Leptofoenus is a genus of wasp in the family Pelecinellidae found in South America, Central America, and southern North America. The genus contains five living species and one extinct species known from early Miocene Burdigalian stage Dominican amber deposits on the island of Hispaniola. With body sizes ranging from 11–27 mm Leptofoenus species are larger than nearly all other species in Chalcidoidea.
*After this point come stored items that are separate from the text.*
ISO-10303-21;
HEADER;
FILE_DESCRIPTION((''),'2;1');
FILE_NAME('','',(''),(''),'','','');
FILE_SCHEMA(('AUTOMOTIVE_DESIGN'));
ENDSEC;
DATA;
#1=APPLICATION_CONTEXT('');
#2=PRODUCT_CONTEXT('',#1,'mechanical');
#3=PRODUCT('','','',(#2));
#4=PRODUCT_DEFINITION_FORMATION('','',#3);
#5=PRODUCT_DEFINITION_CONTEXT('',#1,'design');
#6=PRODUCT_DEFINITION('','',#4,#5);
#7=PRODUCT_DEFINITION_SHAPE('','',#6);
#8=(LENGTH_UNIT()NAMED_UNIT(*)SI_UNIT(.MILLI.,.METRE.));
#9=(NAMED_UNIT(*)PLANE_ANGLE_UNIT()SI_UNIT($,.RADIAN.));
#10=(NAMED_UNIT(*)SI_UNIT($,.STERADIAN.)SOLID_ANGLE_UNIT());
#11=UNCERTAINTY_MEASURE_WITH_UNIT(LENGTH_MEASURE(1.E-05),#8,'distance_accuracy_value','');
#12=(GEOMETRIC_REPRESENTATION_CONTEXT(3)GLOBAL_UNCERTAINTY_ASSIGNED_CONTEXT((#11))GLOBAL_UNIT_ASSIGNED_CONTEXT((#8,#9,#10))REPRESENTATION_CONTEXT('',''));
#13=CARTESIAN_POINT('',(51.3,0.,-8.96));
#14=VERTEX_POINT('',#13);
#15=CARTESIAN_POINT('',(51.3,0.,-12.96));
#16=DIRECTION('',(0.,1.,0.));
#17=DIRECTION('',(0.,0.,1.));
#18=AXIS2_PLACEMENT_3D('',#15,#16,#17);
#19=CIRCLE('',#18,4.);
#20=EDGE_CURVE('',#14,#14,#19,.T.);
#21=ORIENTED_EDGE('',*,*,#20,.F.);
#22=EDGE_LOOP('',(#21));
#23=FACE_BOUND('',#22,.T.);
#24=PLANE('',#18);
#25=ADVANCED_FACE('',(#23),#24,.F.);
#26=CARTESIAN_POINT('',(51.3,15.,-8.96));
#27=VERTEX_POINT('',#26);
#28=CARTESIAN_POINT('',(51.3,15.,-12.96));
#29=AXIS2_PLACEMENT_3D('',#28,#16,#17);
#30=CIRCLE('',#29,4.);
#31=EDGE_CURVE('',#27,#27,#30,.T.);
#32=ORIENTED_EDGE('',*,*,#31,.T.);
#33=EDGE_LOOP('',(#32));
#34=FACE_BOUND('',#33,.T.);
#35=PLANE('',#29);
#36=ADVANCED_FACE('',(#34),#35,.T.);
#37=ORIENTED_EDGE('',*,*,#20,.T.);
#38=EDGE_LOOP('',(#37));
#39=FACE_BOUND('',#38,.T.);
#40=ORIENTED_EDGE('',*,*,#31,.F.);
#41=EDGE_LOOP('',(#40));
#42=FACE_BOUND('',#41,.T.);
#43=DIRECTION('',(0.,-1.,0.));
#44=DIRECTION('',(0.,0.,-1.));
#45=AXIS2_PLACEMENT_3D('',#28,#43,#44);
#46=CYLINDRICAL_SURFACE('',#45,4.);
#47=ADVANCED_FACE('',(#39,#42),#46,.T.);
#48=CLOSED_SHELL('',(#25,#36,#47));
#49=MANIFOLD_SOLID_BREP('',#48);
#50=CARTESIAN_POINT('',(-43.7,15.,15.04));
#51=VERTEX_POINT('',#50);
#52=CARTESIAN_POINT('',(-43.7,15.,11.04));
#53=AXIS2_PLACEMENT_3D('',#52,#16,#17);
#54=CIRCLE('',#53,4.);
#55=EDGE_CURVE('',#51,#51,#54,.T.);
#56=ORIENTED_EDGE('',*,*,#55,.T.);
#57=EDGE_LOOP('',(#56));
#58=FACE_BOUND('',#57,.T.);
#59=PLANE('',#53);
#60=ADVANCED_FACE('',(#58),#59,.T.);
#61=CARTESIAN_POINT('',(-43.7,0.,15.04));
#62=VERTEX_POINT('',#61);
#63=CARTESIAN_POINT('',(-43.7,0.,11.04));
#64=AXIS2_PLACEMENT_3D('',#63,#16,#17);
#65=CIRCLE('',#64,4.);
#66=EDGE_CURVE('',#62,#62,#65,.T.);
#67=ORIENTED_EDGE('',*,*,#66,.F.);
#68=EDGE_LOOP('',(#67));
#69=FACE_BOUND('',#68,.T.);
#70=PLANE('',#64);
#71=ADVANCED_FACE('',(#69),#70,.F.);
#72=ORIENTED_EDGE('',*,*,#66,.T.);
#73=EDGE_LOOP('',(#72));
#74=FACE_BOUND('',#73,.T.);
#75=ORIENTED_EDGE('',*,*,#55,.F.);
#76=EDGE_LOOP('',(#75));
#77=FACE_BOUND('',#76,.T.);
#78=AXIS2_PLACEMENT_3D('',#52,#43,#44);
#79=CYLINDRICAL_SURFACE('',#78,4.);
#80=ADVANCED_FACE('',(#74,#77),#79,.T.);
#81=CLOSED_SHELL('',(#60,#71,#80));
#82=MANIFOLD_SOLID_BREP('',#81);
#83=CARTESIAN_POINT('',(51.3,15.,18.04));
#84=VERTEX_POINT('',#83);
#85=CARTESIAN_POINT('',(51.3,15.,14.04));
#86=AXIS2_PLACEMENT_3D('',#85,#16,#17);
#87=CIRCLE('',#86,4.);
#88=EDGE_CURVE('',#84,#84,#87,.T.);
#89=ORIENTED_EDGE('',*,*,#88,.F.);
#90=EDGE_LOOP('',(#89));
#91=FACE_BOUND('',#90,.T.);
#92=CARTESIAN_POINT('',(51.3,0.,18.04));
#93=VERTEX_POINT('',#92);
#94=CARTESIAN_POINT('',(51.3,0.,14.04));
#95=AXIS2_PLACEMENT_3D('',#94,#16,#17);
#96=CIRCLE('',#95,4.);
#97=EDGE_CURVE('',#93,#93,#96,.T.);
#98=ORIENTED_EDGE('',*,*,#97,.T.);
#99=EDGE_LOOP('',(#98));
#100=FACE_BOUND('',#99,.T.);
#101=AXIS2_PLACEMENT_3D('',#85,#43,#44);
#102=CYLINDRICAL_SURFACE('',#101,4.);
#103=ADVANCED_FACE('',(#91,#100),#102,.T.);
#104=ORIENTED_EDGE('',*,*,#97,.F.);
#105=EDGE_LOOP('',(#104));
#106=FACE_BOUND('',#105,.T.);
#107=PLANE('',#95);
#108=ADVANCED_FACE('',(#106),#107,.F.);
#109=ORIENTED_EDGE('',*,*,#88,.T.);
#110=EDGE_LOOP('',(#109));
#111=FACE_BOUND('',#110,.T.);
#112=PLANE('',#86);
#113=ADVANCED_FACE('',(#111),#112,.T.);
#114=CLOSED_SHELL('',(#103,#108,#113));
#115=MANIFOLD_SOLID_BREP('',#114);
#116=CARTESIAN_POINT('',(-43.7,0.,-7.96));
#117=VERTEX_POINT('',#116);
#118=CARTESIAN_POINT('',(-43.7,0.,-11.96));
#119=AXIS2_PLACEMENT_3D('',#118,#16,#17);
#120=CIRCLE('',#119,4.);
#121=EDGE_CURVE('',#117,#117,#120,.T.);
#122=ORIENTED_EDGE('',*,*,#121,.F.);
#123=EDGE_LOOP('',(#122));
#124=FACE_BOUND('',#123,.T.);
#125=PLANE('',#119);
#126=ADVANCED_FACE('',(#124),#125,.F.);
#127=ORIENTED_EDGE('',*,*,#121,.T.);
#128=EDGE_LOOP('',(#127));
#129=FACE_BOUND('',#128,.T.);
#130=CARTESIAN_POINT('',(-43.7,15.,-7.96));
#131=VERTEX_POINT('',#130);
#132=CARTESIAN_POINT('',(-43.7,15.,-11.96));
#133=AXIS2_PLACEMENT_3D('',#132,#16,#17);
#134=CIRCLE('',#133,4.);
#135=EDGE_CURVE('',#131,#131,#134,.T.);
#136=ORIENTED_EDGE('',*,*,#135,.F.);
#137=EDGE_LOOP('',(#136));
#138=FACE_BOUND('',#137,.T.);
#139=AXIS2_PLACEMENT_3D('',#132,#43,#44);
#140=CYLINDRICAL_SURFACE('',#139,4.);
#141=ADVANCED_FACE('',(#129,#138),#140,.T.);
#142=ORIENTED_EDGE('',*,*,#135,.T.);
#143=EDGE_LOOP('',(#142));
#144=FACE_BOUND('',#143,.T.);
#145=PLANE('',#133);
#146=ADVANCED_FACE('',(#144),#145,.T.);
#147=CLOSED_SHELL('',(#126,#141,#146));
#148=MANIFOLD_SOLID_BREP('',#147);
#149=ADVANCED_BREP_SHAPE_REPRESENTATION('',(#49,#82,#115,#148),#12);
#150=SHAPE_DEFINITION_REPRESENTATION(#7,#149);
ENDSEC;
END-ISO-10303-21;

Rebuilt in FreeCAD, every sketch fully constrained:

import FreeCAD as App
import Part
import Sketcher

doc = App.newDocument("Part")
body = doc.addObject("PartDesign::Body", "Body")

sketch1 = body.newObject("Sketcher::SketchObject", "Sketch")
sketch1.AttachmentSupport = (doc.getObject("XZ_Plane"), [""])
sketch1.MapMode = "FlatFace"
sketch1.addGeometry(Part.Circle(App.Vector(-43.7, -12, 0), App.Vector(0, 0, 1), 4), False)
sketch1.addConstraint([
    Sketcher.Constraint("Diameter", 0, 8.0),
    Sketcher.Constraint("DistanceX", 0, 3, -1, 1, 43.7),
    Sketcher.Constraint("DistanceY", 0, 3, -1, 1, 11.96),
])
pad1 = body.newObject("PartDesign::Pad", "Pad")
pad1.Profile = sketch1
pad1.Length = 15
pad1.Reversed = True
body2 = doc.addObject("PartDesign::Body", "Body001")

sketch2 = body2.newObject("Sketcher::SketchObject", "Sketch001")
sketch2.AttachmentSupport = (doc.getObject("XZ_Plane001"), [""])
sketch2.MapMode = "FlatFace"
sketch2.addGeometry(Part.Circle(App.Vector(-43.7, 11, 0), App.Vector(0, 0, 1), 4), False)
sketch2.addConstraint([
    Sketcher.Constraint("Diameter", 0, 8.0),
    Sketcher.Constraint("DistanceX", 0, 3, -1, 1, 43.7),
    Sketcher.Constraint("DistanceY", -1, 1, 0, 3, 11.04),
])
pad2 = body2.newObject("PartDesign::Pad", "Pad001")
pad2.Profile = sketch2
pad2.Length = 15
pad2.Reversed = True
body3 = doc.addObject("PartDesign::Body", "Body002")

sketch3 = body3.newObject("Sketcher::SketchObject", "Sketch002")
sketch3.AttachmentSupport = (doc.getObject("XZ_Plane002"), [""])
sketch3.MapMode = "FlatFace"
sketch3.addGeometry(Part.Circle(App.Vector(51.3, 14, 0), App.Vector(0, 0, 1), 4), False)
sketch3.addConstraint([
    Sketcher.Constraint("Diameter", 0, 8.0),
    Sketcher.Constraint("DistanceX", -1, 1, 0, 3, 51.3),
    Sketcher.Constraint("DistanceY", -1, 1, 0, 3, 14.04),
])
pad3 = body3.newObject("PartDesign::Pad", "Pad002")
pad3.Profile = sketch3
pad3.Length = 15
pad3.Reversed = True
body4 = doc.addObject("PartDesign::Body", "Body003")

sketch4 = body4.newObject("Sketcher::SketchObject", "Sketch003")
sketch4.AttachmentSupport = (doc.getObject("XZ_Plane003"), [""])
sketch4.MapMode = "FlatFace"
sketch4.addGeometry(Part.Circle(App.Vector(51.3, -13, 0), App.Vector(0, 0, 1), 4), False)
sketch4.addConstraint([
    Sketcher.Constraint("Diameter", 0, 8.0),
    Sketcher.Constraint("DistanceX", -1, 1, 0, 3, 51.3),
    Sketcher.Constraint("DistanceY", 0, 3, -1, 1, 12.96),
])
pad4 = body4.newObject("PartDesign::Pad", "Pad003")
pad4.Profile = sketch4
pad4.Length = 15
pad4.Reversed = True

doc.recompute()
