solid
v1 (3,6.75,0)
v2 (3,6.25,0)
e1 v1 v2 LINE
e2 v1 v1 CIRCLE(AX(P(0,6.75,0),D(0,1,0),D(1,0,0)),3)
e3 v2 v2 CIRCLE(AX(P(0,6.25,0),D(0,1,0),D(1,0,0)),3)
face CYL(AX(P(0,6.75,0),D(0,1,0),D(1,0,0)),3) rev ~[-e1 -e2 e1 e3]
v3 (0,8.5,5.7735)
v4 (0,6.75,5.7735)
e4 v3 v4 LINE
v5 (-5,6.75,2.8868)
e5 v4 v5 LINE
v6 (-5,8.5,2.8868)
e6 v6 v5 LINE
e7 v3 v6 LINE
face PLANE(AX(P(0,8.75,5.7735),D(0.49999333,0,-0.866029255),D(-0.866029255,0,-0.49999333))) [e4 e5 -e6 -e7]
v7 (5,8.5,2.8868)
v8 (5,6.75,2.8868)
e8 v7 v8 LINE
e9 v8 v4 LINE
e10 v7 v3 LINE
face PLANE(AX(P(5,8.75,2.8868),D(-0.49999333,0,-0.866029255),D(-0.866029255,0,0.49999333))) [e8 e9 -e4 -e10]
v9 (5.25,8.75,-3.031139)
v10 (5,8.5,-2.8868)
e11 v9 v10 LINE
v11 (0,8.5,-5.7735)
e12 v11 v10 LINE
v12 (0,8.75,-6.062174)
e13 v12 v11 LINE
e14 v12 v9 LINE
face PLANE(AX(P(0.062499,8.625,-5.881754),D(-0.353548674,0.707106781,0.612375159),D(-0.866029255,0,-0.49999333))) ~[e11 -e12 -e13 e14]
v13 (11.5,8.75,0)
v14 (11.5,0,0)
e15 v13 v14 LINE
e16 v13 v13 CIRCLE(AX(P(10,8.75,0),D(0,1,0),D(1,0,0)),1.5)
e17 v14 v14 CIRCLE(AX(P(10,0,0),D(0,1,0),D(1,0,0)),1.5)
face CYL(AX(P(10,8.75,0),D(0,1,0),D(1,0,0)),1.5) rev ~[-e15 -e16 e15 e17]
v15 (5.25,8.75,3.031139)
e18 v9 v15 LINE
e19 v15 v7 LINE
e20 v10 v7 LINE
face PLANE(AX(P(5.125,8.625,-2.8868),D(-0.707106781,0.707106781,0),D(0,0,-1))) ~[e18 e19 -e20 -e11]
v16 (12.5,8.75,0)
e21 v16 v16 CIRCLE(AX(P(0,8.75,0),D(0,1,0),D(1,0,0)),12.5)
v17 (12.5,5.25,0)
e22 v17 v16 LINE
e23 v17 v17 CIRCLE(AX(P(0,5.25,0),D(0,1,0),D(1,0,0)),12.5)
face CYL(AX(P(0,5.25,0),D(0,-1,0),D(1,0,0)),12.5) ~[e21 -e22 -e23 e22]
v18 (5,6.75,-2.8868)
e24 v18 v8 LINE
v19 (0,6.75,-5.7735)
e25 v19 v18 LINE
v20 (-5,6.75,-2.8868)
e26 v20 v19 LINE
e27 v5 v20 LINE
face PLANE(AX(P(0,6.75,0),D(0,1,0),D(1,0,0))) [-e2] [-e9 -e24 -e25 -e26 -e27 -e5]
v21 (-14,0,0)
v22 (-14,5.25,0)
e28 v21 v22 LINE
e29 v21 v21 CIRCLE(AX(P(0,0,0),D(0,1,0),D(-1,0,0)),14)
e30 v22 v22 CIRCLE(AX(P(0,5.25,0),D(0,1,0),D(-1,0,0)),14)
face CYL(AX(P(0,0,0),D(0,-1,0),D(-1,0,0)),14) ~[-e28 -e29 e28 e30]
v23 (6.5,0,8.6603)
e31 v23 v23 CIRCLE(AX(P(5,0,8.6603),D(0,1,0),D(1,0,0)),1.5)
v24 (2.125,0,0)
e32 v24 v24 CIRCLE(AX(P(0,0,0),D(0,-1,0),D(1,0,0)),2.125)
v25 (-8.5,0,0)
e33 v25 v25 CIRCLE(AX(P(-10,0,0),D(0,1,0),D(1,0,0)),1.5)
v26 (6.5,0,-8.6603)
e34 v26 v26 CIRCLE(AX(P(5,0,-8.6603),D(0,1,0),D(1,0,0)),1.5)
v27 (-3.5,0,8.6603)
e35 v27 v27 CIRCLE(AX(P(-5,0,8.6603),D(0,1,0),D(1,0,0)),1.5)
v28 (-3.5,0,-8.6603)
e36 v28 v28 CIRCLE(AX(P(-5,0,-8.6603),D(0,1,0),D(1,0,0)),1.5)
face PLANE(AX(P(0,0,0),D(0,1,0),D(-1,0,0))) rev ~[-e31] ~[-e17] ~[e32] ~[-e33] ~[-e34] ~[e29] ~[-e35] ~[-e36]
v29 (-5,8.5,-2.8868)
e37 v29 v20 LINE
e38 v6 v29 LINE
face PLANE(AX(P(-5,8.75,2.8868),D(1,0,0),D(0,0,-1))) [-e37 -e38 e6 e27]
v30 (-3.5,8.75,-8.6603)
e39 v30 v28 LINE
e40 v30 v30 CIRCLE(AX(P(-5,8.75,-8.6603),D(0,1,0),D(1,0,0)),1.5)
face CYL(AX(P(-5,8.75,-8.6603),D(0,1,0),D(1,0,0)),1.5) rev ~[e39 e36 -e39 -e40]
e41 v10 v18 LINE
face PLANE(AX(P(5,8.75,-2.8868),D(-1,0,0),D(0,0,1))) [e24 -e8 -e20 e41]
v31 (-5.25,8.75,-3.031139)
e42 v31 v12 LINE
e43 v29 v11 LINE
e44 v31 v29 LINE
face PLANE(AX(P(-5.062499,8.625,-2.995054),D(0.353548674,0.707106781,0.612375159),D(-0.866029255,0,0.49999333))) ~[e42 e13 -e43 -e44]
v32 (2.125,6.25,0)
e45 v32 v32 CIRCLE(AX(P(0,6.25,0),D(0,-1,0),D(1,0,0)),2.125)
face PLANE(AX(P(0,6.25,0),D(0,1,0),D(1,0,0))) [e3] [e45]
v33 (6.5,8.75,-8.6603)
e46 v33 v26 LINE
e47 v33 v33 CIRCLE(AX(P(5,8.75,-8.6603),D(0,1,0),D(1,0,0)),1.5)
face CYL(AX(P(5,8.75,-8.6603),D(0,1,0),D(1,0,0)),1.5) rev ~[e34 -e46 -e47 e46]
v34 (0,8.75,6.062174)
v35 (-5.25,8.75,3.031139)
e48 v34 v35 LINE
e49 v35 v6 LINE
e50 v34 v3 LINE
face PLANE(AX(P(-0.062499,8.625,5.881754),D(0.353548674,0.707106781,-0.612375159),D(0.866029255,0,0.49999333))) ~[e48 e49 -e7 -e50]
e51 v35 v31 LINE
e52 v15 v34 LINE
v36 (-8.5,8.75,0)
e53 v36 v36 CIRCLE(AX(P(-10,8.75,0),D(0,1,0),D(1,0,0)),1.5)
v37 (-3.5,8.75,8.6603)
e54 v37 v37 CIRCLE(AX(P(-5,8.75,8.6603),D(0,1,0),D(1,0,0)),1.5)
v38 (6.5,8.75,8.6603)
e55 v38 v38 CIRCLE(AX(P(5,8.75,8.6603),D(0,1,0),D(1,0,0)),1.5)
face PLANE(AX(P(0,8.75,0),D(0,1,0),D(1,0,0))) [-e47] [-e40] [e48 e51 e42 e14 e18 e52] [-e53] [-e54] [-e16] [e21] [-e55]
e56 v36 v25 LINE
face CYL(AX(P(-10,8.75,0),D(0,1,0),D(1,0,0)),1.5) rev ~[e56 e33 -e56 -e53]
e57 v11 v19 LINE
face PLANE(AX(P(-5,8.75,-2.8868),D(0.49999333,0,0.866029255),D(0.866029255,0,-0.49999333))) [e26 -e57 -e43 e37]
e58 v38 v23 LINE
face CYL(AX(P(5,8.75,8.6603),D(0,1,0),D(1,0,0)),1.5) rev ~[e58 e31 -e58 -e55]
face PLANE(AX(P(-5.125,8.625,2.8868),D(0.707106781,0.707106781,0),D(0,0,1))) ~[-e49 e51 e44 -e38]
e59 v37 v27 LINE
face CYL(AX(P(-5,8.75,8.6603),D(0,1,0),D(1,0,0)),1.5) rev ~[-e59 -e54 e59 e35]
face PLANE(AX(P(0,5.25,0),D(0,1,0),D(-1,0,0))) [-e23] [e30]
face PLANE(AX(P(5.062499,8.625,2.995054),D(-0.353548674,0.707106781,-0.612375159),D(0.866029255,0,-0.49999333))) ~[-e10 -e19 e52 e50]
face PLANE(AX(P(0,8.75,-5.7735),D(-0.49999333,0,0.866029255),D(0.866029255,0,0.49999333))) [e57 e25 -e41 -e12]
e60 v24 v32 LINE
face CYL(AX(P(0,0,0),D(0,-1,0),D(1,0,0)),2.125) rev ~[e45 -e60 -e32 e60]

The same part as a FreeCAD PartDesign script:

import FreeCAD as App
import Part
import Sketcher
from FreeCAD import Vector
Q = App.Units.Quantity


def edges_at(feature, points):
    """Names of the edges that pass closest to the given points."""
    edges = feature.Shape.Edges
    near = lambda p: min(range(len(edges)), key=lambda i: edges[i].distToShape(Part.Vertex(*p))[0])
    return sorted({f"Edge{near(p) + 1}" for p in points})


def add_polygon(sketch, points):
    """Adds a closed chain of lines whose ends are joined by coincident constraints."""
    first, n = sketch.GeometryCount, len(points)
    for a, b in zip(points, points[1:] + points[:1]):
        sketch.addGeometry(Part.LineSegment(App.Vector(*a, 0), App.Vector(*b, 0)), False)
    for i in range(n):
        sketch.addConstraint(Sketcher.Constraint("Coincident", first + i, 2, first + (i + 1) % n, 1))

doc = App.newDocument("Part")
body = doc.addObject("PartDesign::Body", "Body")

# Sketch on XZ plane
sketch1 = doc.addObject("Sketcher::SketchObject", "Sketch")
body.addObject(sketch1)
sketch1.AttachmentSupport = (doc.XZ_Plane, [""])
sketch1.MapMode = "FlatFace"
sketch1.addGeometry(Part.Circle(Vector(0, 0, 0), Vector(0, 0, 1), 14), False)
sketch1.addConstraint([
    Sketcher.Constraint("Coincident", 0, 3, -1, 1),
    Sketcher.Constraint("Diameter", 0, Q("28 mm")),
])
pad1 = doc.addObject("PartDesign::Pad", "Pad")
body.addObject(pad1)
pad1.Profile = sketch1
pad1.Length = 5.25
pad1.Reversed = True

# Sketch on XZ plane
sketch2 = doc.addObject("Sketcher::SketchObject", "Sketch001")
body.addObject(sketch2)
sketch2.AttachmentSupport = (doc.XZ_Plane, [""])
sketch2.MapMode = "FlatFace"
sketch2.AttachmentOffset = App.Placement(Vector(0, 0, -5.25), App.Rotation())
sketch2.addGeometry(Part.Circle(Vector(0, 0, 0), Vector(0, 0, 1), 12), False)
sketch2.addConstraint([
    Sketcher.Constraint("Coincident", 0, 3, -1, 1),
    Sketcher.Constraint("Diameter", 0, Q("25 mm")),
])
pad2 = doc.addObject("PartDesign::Pad", "Pad001")
body.addObject(pad2)
pad2.Profile = sketch2
pad2.Length = 3.5
pad2.Reversed = True

# Sketch on XZ plane
sketch3 = doc.addObject("Sketcher::SketchObject", "Sketch002")
body.addObject(sketch3)
sketch3.AttachmentSupport = (doc.XZ_Plane, [""])
sketch3.MapMode = "FlatFace"
sketch3.AttachmentOffset = App.Placement(Vector(0, 0, -8.75), App.Rotation())
sketch3.addGeometry([
    Part.Circle(Vector(-10, 0, 0), Vector(0, 0, 1), 1.5),  # 0
    Part.Circle(Vector(-5, 8.7, 0), Vector(0, 0, 1), 1.5),  # 1
    Part.Circle(Vector(5, 8.7, 0), Vector(0, 0, 1), 1.5),  # 2
    Part.Circle(Vector(10, 0, 0), Vector(0, 0, 1), 1.5),  # 3
    Part.Circle(Vector(5, -8.7, 0), Vector(0, 0, 1), 1.5),  # 4
    Part.Circle(Vector(-5, -8.7, 0), Vector(0, 0, 1), 1.5),  # 5
], False)
sketch3.addConstraint([
    Sketcher.Constraint("Equal", 0, 1),
    Sketcher.Constraint("Equal", 1, 2),
    Sketcher.Constraint("Equal", 2, 3),
    Sketcher.Constraint("Equal", 3, 4),
    Sketcher.Constraint("Equal", 4, 5),
    Sketcher.Constraint("Symmetric", 0, 3, 3, 3, -1, 1),
    Sketcher.Constraint("Symmetric", 1, 3, 4, 3, -1, 1),
    Sketcher.Constraint("Symmetric", 2, 3, 5, 3, -1, 1),
    Sketcher.Constraint("Symmetric", 1, 3, 2, 3, -2),
    Sketcher.Constraint("PointOnObject", 0, 3, -1),
    Sketcher.Constraint("Diameter", 0, Q("3 mm")),
    Sketcher.Constraint("DistanceX", 0, 3, -1, 1, Q("10 mm")),
    Sketcher.Constraint("DistanceX", 1, 3, -1, 1, Q("5 mm")),
    Sketcher.Constraint("DistanceY", -1, 1, 1, 3, Q("8.6603 mm")),
])
pocket1 = doc.addObject("PartDesign::Pocket", "Pocket")
body.addObject(pocket1)
pocket1.Profile = sketch3
pocket1.Type = "ThroughAll"
pocket1.Reversed = True

# Sketch on XZ plane
sketch4 = doc.addObject("Sketcher::SketchObject", "Sketch003")
body.addObject(sketch4)
sketch4.AttachmentSupport = (doc.XZ_Plane, [""])
sketch4.MapMode = "FlatFace"
sketch4.AttachmentOffset = App.Placement(Vector(0, 0, -8.75), App.Rotation())
add_polygon(sketch4, [(-5, 3), (0, 6), (5, 3), (5, -3), (0, -6), (-5, -3)])  # lines 0-5
sketch4.addConstraint([
    Sketcher.Constraint("Vertical", 2),
    Sketcher.Constraint("Vertical", 5),
    Sketcher.Constraint("Symmetric", 0, 2, 3, 2, -1, 1),
    Sketcher.Constraint("Symmetric", 1, 2, 4, 2, -1, 1),
    Sketcher.Constraint("PointOnObject", 0, 2, -2),
    Sketcher.Constraint("Parallel", 0, 3),
    Sketcher.Constraint("Horizontal", 2, 2, 4, 2),
    Sketcher.Constraint("DistanceX", -1, 1, 1, 2, Q("5 mm")),
    Sketcher.Constraint("Angle", 0, Q("29.9996 deg")),
    Sketcher.Constraint("DistanceY", 2, 2, 2, 1, Q("5.7736 mm")),
])
pocket2 = doc.addObject("PartDesign::Pocket", "Pocket001")
body.addObject(pocket2)
pocket2.Profile = sketch4
pocket2.Length = 2
pocket2.Reversed = True

# Sketch on XZ plane
sketch5 = doc.addObject("Sketcher::SketchObject", "Sketch004")
body.addObject(sketch5)
sketch5.AttachmentSupport = (doc.XZ_Plane, [""])
sketch5.MapMode = "FlatFace"
sketch5.addGeometry(Part.Circle(Vector(0, 0, 0), Vector(0, 0, 1), 2.1), False)
sketch5.addConstraint([
    Sketcher.Constraint("Coincident", 0, 3, -1, 1),
    Sketcher.Constraint("Diameter", 0, Q("4.25 mm")),
])
pocket3 = doc.addObject("PartDesign::Pocket", "Pocket002")
body.addObject(pocket3)
pocket3.Profile = sketch5
pocket3.Type = "ThroughAll"
doc.recompute()

chamfer = doc.addObject("PartDesign::Chamfer", "Chamfer")
body.addObject(chamfer)
chamfer.Base = (pocket3, edges_at(pocket3, [
    (2.5, 8.75, 4.33),
    (5, 8.75, 0),
    (2.5, 8.75, -4.33),
    (-2.5, 8.75, -4.33),
    (-5, 8.75, 0),
    (-2.5, 8.75, 4.33),
]))
chamfer.Size = 0.25

# Sketch on XZ plane
sketch6 = doc.addObject("Sketcher::SketchObject", "Sketch005")
body.addObject(sketch6)
sketch6.AttachmentSupport = (doc.XZ_Plane, [""])
sketch6.MapMode = "FlatFace"
sketch6.AttachmentOffset = App.Placement(Vector(0, 0, -6.75), App.Rotation())
sketch6.addGeometry(Part.Circle(Vector(0, 0, 0), Vector(0, 0, 1), 3), False)
sketch6.addConstraint([
    Sketcher.Constraint("Coincident", 0, 3, -1, 1),
    Sketcher.Constraint("Diameter", 0, Q("6 mm")),
])
pocket4 = doc.addObject("PartDesign::Pocket", "Pocket003")
body.addObject(pocket4)
pocket4.Profile = sketch6
pocket4.Length = 0.5
pocket4.Reversed = True

doc.recompute()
The genus bears a notable resemblance to the wasp families Pelecinidae, Gasteruptiidae, and Stephanidae.

== Species ==
All six known species are restricted to the western Hemisphere, most being found in South America and only one reaching North America.

- Leptofoenus howardi (Ashmead) Paraguay, Brazil, Surinam
- Leptofoenus peleciniformis Smith Brazil, Peru, Venezuela, Costa Rica
- †Leptofoenus pittfieldae Engel Dominican Republic (Early Miocene)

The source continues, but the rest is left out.